Operating income rose 8.7% year over year to Ps. 3,610 million (US$191.9 million) while operating margin contracted 30 bps to 8.2%, due to higher operating expenses stemming from gradual shift of store teams to employee-based, higher transportation costs, higher electricity tariffs last month and organic growth of OXXO’s international operations.
FEMSA Comercio — Health Division: This segment reported total revenues of Ps. 12,562 million (US$667.8 million), up 10.2% year over year. The increase was backed by growth in South American business and the gradual improvement in Mexico. The segment had 2,303 points of sales across all regions, of which, about 52 net new stores were added in the third quarter, including a small acquisition in Colombia. Same-store sales for the drug stores rose 6.3%.

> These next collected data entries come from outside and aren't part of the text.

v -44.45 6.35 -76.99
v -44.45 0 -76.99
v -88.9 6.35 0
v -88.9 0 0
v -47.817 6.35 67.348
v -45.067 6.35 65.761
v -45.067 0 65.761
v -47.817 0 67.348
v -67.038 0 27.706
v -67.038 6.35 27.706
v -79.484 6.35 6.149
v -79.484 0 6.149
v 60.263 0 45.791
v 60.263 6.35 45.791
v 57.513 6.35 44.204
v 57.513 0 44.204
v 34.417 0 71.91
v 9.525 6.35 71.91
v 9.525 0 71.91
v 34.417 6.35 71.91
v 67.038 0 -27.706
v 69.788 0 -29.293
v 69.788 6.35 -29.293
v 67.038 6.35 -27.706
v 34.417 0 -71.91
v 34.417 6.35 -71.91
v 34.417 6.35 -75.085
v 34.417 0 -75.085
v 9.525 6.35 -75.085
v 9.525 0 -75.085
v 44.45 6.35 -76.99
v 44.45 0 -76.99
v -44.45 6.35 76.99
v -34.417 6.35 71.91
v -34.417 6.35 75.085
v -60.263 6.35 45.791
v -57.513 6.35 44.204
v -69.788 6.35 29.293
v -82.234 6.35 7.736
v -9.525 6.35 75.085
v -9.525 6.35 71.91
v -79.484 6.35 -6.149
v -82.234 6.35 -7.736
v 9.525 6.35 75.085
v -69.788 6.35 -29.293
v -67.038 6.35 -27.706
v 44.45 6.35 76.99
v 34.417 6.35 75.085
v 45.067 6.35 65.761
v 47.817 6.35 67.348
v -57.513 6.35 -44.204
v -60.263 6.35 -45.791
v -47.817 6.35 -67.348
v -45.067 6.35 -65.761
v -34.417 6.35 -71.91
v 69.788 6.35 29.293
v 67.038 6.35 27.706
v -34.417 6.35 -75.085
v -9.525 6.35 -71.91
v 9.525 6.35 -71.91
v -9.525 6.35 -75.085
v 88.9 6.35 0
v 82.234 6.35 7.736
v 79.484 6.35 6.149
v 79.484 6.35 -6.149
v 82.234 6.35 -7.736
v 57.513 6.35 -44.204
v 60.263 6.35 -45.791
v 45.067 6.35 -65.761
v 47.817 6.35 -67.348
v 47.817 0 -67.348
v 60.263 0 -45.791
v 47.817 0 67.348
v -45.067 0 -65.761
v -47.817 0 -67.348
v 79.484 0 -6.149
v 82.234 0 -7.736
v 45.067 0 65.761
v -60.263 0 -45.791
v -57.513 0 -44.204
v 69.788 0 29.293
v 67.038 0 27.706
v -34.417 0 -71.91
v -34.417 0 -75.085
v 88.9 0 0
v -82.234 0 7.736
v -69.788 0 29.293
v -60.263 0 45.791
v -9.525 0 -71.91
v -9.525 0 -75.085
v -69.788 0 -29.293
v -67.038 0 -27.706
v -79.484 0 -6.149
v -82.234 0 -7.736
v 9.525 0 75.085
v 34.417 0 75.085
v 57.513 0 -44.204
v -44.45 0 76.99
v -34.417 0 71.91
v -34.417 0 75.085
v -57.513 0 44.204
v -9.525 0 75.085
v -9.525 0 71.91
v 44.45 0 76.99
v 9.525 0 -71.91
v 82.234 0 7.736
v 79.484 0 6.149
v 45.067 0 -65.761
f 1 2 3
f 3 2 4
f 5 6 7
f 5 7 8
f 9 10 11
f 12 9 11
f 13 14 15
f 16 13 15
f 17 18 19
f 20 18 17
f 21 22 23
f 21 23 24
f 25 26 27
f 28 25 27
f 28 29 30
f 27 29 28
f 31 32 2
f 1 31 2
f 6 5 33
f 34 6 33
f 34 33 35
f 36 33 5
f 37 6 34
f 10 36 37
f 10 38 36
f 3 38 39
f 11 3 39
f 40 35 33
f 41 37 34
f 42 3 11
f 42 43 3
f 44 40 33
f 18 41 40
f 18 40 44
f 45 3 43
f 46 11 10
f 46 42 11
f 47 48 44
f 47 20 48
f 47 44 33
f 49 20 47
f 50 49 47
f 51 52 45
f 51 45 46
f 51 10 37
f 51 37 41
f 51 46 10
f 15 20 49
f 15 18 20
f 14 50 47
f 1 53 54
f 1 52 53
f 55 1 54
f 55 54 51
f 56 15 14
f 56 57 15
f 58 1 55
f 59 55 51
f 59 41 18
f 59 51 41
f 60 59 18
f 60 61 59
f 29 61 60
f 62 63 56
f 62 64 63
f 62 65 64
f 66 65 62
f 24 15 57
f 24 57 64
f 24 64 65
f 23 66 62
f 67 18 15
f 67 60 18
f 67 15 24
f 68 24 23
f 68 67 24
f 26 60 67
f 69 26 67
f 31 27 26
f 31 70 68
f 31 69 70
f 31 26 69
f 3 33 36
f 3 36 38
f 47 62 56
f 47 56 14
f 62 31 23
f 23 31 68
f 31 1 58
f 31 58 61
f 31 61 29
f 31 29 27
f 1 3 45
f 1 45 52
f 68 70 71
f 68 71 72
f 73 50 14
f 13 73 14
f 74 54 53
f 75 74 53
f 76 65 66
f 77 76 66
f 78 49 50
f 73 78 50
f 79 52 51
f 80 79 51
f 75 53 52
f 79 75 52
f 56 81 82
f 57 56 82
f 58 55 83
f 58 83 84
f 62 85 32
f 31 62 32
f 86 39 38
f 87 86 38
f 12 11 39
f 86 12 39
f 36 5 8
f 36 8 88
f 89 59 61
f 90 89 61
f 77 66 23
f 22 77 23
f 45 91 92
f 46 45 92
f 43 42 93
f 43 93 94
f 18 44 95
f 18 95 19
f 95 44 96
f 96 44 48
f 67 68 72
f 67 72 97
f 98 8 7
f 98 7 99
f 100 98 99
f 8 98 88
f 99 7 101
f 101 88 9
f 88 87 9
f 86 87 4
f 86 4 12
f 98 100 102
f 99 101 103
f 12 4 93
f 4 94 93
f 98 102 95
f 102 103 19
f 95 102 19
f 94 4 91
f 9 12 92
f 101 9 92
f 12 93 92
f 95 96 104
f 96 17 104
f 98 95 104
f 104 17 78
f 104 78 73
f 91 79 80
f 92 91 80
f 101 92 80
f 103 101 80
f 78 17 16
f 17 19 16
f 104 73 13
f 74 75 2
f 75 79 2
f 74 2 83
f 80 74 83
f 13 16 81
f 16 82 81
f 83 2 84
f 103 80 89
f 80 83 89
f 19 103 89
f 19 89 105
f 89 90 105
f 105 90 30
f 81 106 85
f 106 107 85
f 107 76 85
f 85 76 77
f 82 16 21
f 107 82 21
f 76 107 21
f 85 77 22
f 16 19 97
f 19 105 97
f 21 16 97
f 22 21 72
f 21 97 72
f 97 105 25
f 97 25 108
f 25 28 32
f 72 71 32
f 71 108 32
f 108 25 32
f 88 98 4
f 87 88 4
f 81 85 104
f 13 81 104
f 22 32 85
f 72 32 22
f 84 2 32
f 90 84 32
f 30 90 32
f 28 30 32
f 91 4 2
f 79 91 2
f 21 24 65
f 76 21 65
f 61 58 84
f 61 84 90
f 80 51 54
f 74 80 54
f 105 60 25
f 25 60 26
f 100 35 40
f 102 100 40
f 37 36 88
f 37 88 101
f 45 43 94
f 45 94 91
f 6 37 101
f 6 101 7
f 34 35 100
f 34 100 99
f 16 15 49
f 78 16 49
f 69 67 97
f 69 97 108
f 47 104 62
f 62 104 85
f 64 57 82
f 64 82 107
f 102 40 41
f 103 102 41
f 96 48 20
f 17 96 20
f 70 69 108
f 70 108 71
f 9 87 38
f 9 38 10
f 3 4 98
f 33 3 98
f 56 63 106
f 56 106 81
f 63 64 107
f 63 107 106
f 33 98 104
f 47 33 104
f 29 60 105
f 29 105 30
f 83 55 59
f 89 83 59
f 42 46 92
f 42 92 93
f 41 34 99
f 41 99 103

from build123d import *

# Parameters (mm, degrees)
BOSS_EXTRUDE1_DEPTH = 6.35
SKETCH2_W           = 24.892
SKETCH2_H           = 3.175
CUT_EXTRUDE1_DEPTH  = 7.35


with BuildPart() as part:
    # Sketch1 → Boss-Extrude1 (new body)
    with BuildSketch(Plane(origin=(0, 0, 0), x_dir=(1, 0, 0), z_dir=(0, 1, 0))):
        Polygon((-88.9, 0), (-44.45, -76.989658396), (44.45, -76.989658396), (88.9, 0), (44.45, 76.989658396), (-44.45, 76.989658396), align=None)
    extrude(amount=BOSS_EXTRUDE1_DEPTH)

    # Sketch2 → Cut-Extrude1 (cut, through all)
    with BuildSketch(Plane(origin=(0, 6.35, 0), x_dir=(1, 0, 0), z_dir=(0, 1, 0))):
        Polygon((-79.484090949, -6.148832876), (-82.233721606, -7.736332876), (-69.787721606, -29.293437227), (-67.038090949, -27.705937227), align=None)
        Polygon((-45.067090949, -65.76082552), (-47.816721606, -67.34832552), (-60.262721606, -45.791221169), (-57.513090949, -44.203721169), align=None)
        Polygon((-45.067090949, 65.76082552), (-47.816721606, 67.34832552), (-60.262721606, 45.791221169), (-57.513090949, 44.203721169), align=None)
        Polygon((-69.787721606, 29.293437227), (-67.038090949, 27.705937227), (-79.484090949, 6.148832876), (-82.233721606, 7.736332876), align=None)
        with Locations((21.971, 73.497158396)):
            Rectangle(SKETCH2_W, SKETCH2_H)
        with Locations((-21.971, 73.497158396)):
            Rectangle(SKETCH2_W, SKETCH2_H)
        Polygon((79.484090949, 6.148832876), (82.233721606, 7.736332876), (69.787721606, 29.293437227), (67.038090949, 27.705937227), align=None)
        Polygon((60.262721606, 45.791221169), (57.513090949, 44.203721169), (45.067090949, 65.76082552), (47.816721606, 67.34832552), align=None)
        Polygon((45.067090949, -65.76082552), (47.816721606, -67.34832552), (60.262721606, -45.791221169), (57.513090949, -44.203721169), align=None)
        Polygon((69.787721606, -29.293437227), (67.038090949, -27.705937227), (79.484090949, -6.148832876), (82.233721606, -7.736332876), align=None)
        with Locations((-21.971, -73.497158396)):
            Rectangle(SKETCH2_W, SKETCH2_H)
        with Locations((21.971, -73.497158396)):
            Rectangle(SKETCH2_W, SKETCH2_H)
    extrude(amount=-CUT_EXTRUDE1_DEPTH, mode=Mode.SUBTRACT)


solid = part.part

Operating income amounted to Ps. 540 million (US$28.7 million), up 29.5% year over year. Operating margin expanded 60 bps to 4.3% driven by solid top-line growth and gross margin expansion. Further, operating margins gained from the strength in Chilean and Colombian pesos compared with Mexican peso alongside operating leverage from stringent efficiencies and tight expense control.
FEMSA Comercio — Fuel Division: Total revenues were up 26.7% to Ps. 12,196 (US$648.4 million). Same-station sales rose 7.1% year over year, driven by 19.5% rise in average price per liter, offset by 10.4% decline in average volumes. The company had 519 OXXO GAS service stations as of Sep 30, including 20 new OXXO GAS service stations that were added in the third quarter. Operating income rose 41.5% to Ps. 133 million (US$7.1 million) while operating margin expanded 10 bps to 1.1%.
Total revenues at Coca-Cola FEMSA S.A.B. de C.V. (KOF - Free Report) declined 0.7% year over year to Ps. 44,148 million (US$2,347 million). On a comparable basis, revenues improved 6.5% on the back of rise in the average price-per-unit case ahead of inflations in Mexico and Central America, higher volumes in Brazil and Central America, and a flat performance in Mexico. This was accompanied by volume growth in Brazil, Colombia, Central America, and Mexico.
Coca-Cola FEMSA’s operating income rose 8.2% to Ps. 5,777 million (US$307.1 million) while comparable operating income improved 5.5%. The segment’s reported operating margin expanded 110 bps to 13.1%.
FEMSA had a cash balance of Ps. 54,166 million (US$2,896 million) as of Sep 30, 2018. Long-term debt was Ps. 117,071 million (US$6,259 million). Moreover, the company incurred capital expenditure of Ps. 16,533 million (US$868.3 million) for the nine months of 2018, reflecting higher investments in all businesses.
The company remains committed to expanding its small-box business across Latin America. This was further evident from its recent entry in Ecuador through the Health Division. Further, the company announced the entry in Peru with the opening of its first OXXO store in the city of Lima.
Though the company continues to expect macroeconomic uncertainty to prevail in many of its markets, including Mexico and Brazil, through the rest of 2018 and in 2019, it remains optimistic about the strategic path for 2019 and beyond.